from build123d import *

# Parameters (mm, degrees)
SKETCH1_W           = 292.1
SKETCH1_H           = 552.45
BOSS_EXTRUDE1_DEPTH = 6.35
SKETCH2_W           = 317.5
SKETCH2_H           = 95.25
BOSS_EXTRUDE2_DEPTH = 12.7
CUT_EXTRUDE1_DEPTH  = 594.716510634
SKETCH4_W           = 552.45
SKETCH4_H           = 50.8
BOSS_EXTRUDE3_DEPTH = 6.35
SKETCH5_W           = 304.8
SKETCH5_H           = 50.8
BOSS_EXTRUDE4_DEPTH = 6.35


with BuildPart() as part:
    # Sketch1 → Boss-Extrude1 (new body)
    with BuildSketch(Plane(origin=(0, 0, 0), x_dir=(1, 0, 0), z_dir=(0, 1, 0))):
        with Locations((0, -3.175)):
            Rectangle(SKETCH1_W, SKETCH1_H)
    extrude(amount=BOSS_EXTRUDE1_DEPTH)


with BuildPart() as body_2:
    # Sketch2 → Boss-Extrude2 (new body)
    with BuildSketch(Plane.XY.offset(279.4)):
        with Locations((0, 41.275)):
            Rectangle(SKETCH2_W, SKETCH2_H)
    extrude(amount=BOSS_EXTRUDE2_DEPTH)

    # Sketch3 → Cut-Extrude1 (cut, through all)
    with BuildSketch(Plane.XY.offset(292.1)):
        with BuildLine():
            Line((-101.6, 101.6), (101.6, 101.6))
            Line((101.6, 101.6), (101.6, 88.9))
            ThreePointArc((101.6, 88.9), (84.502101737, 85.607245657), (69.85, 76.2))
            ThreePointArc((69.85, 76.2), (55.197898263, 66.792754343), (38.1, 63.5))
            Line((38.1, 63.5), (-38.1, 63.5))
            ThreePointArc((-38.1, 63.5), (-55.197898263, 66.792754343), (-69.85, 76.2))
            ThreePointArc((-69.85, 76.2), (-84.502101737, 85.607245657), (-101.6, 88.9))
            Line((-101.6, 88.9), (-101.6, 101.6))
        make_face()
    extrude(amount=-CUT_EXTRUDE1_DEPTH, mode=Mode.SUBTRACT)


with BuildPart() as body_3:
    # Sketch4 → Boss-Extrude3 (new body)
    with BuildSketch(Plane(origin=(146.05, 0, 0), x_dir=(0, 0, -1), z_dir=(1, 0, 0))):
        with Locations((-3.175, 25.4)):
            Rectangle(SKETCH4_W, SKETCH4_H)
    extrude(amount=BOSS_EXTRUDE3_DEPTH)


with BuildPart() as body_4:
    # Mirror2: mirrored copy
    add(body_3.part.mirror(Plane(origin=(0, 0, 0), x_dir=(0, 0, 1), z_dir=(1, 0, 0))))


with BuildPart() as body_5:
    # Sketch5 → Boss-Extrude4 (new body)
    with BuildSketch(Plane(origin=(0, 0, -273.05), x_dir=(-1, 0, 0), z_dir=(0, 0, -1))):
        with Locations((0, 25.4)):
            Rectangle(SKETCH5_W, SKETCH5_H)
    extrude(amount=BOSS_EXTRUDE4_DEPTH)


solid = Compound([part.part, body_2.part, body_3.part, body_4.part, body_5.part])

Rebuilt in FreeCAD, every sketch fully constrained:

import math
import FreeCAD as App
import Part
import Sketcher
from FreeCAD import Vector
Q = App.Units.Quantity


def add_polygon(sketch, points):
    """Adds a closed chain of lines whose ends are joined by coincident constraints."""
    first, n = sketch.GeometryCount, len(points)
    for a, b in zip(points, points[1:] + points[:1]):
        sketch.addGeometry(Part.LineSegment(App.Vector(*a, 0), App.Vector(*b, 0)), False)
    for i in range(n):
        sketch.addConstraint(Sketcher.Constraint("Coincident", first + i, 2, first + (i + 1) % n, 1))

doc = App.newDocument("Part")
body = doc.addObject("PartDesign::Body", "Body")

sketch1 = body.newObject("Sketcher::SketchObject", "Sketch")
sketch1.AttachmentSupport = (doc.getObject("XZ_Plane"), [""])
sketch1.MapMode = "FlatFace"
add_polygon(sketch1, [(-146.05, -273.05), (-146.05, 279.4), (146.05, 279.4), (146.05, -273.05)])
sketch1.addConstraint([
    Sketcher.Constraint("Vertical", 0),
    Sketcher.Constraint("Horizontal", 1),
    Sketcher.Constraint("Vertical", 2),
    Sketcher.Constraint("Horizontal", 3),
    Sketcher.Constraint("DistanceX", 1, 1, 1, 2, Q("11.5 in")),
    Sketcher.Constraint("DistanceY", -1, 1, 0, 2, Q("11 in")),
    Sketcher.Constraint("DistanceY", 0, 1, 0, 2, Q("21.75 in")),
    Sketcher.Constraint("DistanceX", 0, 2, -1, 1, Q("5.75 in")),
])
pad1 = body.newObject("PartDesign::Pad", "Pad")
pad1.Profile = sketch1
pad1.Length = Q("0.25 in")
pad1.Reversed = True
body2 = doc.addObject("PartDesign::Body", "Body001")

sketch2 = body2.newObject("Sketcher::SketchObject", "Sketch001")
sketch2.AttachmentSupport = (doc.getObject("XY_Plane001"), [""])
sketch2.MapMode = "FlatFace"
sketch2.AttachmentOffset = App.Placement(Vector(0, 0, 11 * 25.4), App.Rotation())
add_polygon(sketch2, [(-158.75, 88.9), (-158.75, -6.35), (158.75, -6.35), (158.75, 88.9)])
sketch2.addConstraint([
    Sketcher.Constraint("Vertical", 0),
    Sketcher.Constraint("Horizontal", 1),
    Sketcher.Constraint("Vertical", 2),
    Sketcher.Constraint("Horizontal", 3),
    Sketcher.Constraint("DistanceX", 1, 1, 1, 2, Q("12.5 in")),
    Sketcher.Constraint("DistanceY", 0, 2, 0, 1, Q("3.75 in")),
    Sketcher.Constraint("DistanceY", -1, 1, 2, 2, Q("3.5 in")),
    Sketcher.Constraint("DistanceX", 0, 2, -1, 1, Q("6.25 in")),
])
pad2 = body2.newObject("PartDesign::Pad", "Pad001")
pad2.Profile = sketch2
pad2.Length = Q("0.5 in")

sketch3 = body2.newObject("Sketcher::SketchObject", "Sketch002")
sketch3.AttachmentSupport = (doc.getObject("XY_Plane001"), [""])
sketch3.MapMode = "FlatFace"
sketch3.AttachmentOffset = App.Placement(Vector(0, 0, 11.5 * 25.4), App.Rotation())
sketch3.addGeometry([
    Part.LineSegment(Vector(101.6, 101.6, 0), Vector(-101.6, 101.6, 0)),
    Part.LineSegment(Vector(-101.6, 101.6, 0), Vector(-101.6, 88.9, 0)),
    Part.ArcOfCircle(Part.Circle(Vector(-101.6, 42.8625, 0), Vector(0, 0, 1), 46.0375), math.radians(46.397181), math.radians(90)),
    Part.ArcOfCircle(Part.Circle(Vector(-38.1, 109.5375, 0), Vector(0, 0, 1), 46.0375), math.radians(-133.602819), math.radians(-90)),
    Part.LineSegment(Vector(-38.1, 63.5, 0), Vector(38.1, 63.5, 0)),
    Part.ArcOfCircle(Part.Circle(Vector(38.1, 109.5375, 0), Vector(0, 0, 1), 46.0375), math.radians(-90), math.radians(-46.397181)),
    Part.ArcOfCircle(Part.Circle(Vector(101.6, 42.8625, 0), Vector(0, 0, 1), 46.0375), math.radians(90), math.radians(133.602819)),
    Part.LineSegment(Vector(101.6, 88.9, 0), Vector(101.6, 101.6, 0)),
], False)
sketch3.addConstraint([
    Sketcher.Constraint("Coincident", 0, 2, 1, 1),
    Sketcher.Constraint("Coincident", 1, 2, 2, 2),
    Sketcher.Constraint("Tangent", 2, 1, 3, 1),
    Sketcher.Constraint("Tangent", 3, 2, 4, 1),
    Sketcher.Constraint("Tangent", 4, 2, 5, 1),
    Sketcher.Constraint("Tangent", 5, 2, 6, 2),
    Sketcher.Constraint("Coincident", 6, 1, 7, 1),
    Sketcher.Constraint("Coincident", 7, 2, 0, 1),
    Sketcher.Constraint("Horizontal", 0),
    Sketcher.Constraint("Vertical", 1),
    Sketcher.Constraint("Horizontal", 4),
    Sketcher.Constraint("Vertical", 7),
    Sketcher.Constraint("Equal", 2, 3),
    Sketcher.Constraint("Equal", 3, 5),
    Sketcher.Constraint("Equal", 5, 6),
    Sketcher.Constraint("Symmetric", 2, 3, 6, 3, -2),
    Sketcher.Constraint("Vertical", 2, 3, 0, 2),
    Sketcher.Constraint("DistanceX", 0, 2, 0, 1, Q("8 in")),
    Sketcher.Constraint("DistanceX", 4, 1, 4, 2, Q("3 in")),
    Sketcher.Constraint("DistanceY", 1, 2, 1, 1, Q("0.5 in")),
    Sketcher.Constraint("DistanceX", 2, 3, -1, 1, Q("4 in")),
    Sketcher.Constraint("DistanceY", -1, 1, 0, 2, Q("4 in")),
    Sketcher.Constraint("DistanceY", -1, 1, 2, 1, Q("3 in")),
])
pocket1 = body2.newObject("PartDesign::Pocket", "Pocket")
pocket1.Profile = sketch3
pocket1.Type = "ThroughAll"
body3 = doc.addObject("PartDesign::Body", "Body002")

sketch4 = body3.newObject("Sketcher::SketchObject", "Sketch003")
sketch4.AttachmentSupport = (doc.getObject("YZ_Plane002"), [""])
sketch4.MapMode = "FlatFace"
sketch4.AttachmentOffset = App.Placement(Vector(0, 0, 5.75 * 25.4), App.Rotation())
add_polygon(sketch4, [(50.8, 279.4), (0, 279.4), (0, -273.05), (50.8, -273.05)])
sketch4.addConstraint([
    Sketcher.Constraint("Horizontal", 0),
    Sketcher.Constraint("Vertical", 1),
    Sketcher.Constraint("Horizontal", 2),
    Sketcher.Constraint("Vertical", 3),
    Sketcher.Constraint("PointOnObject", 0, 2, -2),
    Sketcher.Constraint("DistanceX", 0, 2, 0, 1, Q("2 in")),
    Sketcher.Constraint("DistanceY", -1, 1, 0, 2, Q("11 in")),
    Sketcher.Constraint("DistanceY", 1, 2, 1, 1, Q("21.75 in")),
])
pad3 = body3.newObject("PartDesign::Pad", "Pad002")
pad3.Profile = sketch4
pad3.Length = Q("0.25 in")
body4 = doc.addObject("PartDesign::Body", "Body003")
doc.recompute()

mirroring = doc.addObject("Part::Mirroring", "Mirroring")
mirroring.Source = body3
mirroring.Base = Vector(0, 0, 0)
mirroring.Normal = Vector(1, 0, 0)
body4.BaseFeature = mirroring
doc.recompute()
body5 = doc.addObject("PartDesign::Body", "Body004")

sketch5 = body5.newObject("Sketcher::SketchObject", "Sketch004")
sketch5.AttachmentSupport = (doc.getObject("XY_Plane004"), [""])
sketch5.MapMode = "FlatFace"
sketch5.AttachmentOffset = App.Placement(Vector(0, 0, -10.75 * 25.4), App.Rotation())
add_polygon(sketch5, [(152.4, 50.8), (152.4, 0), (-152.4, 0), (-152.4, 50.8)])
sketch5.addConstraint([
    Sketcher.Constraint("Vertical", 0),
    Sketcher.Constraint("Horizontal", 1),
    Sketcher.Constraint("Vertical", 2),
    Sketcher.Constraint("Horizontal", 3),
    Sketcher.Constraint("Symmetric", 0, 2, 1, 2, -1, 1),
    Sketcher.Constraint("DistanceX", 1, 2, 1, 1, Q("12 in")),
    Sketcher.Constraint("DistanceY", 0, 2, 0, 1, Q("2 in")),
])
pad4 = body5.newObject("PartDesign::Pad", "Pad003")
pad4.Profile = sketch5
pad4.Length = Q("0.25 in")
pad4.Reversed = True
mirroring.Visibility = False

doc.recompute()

● ● ● ● ● ● ●

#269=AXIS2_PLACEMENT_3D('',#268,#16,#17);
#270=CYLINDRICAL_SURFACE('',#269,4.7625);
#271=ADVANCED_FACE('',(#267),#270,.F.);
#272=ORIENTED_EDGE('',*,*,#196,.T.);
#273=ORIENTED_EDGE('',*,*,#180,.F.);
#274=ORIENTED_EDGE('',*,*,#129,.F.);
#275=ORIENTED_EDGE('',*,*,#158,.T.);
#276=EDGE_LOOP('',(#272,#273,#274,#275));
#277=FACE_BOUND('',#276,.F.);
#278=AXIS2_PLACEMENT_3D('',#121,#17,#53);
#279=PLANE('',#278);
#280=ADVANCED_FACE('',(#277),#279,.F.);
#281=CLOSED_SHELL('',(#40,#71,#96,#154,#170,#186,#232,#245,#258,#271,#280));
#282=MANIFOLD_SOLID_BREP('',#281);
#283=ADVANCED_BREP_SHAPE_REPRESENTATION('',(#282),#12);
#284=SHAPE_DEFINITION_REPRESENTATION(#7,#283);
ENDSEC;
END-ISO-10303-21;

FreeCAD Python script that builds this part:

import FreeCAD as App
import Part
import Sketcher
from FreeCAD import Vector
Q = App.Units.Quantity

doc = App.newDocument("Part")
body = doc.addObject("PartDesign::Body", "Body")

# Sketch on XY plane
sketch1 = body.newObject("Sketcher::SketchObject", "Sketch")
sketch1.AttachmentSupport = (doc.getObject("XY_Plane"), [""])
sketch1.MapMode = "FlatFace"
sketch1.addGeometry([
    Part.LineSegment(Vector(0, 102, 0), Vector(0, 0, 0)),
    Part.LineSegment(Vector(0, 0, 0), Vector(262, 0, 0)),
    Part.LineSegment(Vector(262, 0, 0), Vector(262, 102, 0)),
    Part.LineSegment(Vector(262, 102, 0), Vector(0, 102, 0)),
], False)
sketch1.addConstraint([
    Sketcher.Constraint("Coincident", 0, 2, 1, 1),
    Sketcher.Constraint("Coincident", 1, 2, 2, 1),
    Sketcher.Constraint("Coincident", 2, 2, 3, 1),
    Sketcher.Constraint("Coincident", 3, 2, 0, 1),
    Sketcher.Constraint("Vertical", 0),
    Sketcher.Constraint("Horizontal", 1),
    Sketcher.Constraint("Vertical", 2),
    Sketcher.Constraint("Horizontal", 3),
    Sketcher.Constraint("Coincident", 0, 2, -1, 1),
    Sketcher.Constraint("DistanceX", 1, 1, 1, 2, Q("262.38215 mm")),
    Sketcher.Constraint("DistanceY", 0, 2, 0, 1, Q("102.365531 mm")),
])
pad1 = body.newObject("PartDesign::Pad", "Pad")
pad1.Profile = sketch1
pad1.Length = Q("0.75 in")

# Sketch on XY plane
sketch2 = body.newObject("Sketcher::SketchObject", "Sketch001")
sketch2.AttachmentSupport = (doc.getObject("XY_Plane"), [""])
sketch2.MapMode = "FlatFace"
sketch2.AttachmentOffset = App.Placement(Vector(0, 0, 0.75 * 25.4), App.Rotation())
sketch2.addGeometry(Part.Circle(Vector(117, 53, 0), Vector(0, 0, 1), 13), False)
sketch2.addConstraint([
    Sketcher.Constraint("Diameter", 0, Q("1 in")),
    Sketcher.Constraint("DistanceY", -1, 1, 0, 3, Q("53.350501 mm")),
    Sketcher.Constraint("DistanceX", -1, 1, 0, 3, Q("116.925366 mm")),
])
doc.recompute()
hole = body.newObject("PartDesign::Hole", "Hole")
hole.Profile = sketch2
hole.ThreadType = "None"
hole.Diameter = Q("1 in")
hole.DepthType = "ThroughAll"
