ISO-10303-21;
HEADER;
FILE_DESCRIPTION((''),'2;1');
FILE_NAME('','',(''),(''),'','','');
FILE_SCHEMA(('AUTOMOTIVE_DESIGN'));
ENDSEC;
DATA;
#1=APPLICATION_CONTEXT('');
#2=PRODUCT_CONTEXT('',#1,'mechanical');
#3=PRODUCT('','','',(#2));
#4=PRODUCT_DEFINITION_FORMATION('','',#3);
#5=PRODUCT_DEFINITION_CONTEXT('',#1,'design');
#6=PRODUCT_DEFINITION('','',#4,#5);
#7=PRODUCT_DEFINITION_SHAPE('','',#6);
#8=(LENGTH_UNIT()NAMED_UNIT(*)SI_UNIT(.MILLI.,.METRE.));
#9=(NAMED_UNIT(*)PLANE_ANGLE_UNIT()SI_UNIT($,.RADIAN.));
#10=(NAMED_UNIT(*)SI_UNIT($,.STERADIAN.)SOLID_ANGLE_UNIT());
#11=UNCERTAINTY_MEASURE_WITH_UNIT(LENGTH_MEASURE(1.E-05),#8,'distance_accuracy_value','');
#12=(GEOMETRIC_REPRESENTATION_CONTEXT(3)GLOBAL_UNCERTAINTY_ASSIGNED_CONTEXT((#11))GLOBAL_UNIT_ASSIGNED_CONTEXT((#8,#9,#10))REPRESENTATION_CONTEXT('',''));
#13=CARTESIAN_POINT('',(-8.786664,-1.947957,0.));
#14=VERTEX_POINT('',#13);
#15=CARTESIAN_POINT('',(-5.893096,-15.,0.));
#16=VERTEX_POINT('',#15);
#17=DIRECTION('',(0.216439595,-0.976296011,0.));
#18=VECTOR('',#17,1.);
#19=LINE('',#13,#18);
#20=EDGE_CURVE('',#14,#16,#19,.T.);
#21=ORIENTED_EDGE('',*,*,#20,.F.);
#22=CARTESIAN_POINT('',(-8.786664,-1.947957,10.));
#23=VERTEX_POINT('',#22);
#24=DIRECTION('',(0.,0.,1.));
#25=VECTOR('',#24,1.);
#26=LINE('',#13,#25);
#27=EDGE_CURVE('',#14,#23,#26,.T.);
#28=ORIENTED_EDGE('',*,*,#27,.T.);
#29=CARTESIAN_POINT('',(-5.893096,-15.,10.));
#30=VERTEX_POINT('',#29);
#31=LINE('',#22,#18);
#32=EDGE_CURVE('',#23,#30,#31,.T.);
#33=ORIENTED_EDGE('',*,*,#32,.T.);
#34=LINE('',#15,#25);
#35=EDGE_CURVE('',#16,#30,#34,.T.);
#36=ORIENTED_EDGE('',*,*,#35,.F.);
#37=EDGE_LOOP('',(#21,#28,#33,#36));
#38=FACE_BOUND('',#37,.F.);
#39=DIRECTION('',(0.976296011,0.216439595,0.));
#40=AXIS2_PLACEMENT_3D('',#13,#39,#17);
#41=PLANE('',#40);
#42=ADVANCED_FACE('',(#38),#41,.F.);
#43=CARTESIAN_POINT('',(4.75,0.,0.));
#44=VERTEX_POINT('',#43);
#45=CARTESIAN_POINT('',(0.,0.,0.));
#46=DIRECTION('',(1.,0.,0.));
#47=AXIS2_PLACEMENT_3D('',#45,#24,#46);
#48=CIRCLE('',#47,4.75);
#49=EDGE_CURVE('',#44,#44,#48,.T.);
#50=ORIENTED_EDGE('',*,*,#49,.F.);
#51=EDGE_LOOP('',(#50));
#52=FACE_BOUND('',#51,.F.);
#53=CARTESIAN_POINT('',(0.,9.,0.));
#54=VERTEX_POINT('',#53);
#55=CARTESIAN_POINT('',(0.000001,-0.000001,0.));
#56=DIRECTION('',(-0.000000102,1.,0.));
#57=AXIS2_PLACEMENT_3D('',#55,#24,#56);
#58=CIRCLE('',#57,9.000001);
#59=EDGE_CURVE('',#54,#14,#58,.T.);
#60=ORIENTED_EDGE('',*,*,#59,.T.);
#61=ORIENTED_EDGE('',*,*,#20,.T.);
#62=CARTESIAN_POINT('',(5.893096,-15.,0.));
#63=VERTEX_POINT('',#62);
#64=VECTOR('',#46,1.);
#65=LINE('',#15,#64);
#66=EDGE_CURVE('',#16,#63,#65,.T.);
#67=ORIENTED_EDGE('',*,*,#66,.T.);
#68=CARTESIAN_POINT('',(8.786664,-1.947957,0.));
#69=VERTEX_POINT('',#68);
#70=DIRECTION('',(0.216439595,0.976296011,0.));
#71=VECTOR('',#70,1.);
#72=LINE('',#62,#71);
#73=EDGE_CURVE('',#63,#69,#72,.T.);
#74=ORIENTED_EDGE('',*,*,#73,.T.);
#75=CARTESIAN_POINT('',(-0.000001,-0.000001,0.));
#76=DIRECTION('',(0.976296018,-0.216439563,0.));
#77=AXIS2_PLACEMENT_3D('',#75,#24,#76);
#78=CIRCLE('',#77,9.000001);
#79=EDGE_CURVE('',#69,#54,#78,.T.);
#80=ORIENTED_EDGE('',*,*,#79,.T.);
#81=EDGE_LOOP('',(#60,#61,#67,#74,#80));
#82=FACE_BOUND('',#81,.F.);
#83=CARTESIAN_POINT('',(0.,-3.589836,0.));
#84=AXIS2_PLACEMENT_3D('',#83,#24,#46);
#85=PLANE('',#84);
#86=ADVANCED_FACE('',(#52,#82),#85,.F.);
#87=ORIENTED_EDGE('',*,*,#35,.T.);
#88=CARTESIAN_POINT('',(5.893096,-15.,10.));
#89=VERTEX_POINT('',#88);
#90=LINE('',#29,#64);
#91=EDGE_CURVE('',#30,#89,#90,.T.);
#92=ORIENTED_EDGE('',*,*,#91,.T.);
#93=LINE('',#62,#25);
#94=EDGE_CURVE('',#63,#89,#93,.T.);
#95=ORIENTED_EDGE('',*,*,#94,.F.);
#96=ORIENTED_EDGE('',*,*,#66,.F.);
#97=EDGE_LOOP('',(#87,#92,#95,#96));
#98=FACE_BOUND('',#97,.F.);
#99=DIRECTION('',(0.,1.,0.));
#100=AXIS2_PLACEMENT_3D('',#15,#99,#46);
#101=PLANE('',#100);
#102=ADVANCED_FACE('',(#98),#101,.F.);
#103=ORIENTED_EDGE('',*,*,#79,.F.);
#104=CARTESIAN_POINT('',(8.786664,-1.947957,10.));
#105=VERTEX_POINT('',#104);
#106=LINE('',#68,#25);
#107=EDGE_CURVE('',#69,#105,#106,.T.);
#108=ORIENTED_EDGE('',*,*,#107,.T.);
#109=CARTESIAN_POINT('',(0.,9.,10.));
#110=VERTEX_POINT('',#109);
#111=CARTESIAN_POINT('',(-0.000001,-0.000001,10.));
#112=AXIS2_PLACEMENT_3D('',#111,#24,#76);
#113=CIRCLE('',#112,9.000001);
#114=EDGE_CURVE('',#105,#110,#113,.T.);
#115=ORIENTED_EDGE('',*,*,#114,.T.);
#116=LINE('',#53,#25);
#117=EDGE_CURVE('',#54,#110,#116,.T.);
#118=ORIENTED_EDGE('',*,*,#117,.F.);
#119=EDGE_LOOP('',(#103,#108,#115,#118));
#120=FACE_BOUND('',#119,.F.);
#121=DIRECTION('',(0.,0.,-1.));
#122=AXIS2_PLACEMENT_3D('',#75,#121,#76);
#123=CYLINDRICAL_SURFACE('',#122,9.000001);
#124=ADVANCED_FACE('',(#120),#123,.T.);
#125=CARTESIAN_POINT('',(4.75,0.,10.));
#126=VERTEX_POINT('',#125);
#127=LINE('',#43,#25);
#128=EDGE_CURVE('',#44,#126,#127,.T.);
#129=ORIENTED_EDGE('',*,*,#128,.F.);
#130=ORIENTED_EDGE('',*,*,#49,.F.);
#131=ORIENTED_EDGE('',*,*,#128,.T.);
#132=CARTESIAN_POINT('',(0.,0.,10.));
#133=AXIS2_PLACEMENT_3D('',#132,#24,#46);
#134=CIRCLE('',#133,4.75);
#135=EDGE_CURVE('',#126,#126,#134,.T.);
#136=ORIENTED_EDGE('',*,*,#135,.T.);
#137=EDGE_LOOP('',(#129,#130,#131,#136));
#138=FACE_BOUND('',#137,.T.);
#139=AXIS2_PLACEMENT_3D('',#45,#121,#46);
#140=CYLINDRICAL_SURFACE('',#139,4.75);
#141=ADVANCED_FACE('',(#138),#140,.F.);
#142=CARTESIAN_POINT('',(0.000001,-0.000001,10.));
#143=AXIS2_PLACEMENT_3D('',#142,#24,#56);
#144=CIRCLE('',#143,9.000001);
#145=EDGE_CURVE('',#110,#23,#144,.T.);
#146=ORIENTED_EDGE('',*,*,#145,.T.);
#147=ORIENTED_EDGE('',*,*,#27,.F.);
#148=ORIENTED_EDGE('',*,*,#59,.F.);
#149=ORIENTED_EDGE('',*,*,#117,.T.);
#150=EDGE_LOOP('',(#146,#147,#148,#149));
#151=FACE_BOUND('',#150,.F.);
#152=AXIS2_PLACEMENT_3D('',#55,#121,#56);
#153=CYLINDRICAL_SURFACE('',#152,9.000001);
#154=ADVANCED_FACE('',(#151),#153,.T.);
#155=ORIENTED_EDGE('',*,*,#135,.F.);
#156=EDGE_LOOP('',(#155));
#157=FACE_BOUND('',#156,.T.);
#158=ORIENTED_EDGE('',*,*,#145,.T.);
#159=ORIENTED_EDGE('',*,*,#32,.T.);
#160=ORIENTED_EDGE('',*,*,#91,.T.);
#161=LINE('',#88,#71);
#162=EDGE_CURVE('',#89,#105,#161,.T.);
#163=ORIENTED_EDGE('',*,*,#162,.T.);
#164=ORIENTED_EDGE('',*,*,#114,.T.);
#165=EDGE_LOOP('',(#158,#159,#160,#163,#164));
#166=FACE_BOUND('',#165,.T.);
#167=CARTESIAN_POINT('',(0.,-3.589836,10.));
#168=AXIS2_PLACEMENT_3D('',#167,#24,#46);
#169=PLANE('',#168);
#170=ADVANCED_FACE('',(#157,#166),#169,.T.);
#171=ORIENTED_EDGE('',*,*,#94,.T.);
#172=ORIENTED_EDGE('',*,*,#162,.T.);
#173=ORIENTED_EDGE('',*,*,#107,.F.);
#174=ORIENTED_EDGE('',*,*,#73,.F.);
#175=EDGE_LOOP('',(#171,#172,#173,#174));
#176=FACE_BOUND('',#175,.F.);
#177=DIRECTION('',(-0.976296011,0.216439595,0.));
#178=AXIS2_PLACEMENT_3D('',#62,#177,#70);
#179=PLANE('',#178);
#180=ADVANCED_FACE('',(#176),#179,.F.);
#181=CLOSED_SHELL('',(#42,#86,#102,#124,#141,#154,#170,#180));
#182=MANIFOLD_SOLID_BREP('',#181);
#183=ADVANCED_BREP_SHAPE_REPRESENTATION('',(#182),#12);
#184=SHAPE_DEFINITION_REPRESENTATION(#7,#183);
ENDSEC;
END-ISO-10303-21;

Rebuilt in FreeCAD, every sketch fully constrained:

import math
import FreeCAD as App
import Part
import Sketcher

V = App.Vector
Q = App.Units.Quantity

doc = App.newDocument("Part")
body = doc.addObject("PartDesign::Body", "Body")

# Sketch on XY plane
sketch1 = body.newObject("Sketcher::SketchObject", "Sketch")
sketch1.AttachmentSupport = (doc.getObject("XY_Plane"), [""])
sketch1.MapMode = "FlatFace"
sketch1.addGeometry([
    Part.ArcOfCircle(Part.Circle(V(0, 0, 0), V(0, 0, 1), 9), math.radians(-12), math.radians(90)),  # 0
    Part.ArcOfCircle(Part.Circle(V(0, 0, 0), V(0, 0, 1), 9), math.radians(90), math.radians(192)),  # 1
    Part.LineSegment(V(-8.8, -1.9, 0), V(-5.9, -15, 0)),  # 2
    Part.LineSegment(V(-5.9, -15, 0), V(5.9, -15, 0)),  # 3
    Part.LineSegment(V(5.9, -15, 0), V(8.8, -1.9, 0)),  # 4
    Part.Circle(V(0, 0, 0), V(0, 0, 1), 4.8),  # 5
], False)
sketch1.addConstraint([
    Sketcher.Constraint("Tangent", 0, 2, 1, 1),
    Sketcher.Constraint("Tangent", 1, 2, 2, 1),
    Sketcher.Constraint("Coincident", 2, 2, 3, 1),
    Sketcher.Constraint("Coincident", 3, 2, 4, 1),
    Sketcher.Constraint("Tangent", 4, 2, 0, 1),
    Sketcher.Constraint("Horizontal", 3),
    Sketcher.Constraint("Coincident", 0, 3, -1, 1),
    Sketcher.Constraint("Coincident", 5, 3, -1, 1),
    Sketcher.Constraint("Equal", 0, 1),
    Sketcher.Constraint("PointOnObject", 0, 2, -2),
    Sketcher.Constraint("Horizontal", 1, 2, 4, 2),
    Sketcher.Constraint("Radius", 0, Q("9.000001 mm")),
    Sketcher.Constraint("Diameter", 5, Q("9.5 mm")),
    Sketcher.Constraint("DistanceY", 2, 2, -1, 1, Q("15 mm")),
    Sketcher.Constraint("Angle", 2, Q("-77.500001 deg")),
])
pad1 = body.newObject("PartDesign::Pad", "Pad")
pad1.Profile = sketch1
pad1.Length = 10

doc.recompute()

● ● ● ● ● ● ●

- [WORK REQUIRED] A word-for-word copy of the lines above from the one with "#79=EDGE_CURVE('',#69,#54,#78,.T.);" through the one with "#111=CARTESIAN_POINT('',(-0.000001,-0.000001,10.));", inclusive, is the only output wanted.

- [SOLUTION TO THIS EXERCISE]
#79=EDGE_CURVE('',#69,#54,#78,.T.);
#80=ORIENTED_EDGE('',*,*,#79,.T.);
#81=EDGE_LOOP('',(#60,#61,#67,#74,#80));
#82=FACE_BOUND('',#81,.F.);
#83=CARTESIAN_POINT('',(0.,-3.589836,0.));
#84=AXIS2_PLACEMENT_3D('',#83,#24,#46);
#85=PLANE('',#84);
#86=ADVANCED_FACE('',(#52,#82),#85,.F.);
#87=ORIENTED_EDGE('',*,*,#35,.T.);
#88=CARTESIAN_POINT('',(5.893096,-15.,10.));
#89=VERTEX_POINT('',#88);
#90=LINE('',#29,#64);
#91=EDGE_CURVE('',#30,#89,#90,.T.);
#92=ORIENTED_EDGE('',*,*,#91,.T.);
#93=LINE('',#62,#25);
#94=EDGE_CURVE('',#63,#89,#93,.T.);
#95=ORIENTED_EDGE('',*,*,#94,.F.);
#96=ORIENTED_EDGE('',*,*,#66,.F.);
#97=EDGE_LOOP('',(#87,#92,#95,#96));
#98=FACE_BOUND('',#97,.F.);
#99=DIRECTION('',(0.,1.,0.));
#100=AXIS2_PLACEMENT_3D('',#15,#99,#46);
#101=PLANE('',#100);
#102=ADVANCED_FACE('',(#98),#101,.F.);
#103=ORIENTED_EDGE('',*,*,#79,.F.);
#104=CARTESIAN_POINT('',(8.786664,-1.947957,10.));
#105=VERTEX_POINT('',#104);
#106=LINE('',#68,#25);
#107=EDGE_CURVE('',#69,#105,#106,.T.);
#108=ORIENTED_EDGE('',*,*,#107,.T.);
#109=CARTESIAN_POINT('',(0.,9.,10.));
#110=VERTEX_POINT('',#109);
#111=CARTESIAN_POINT('',(-0.000001,-0.000001,10.));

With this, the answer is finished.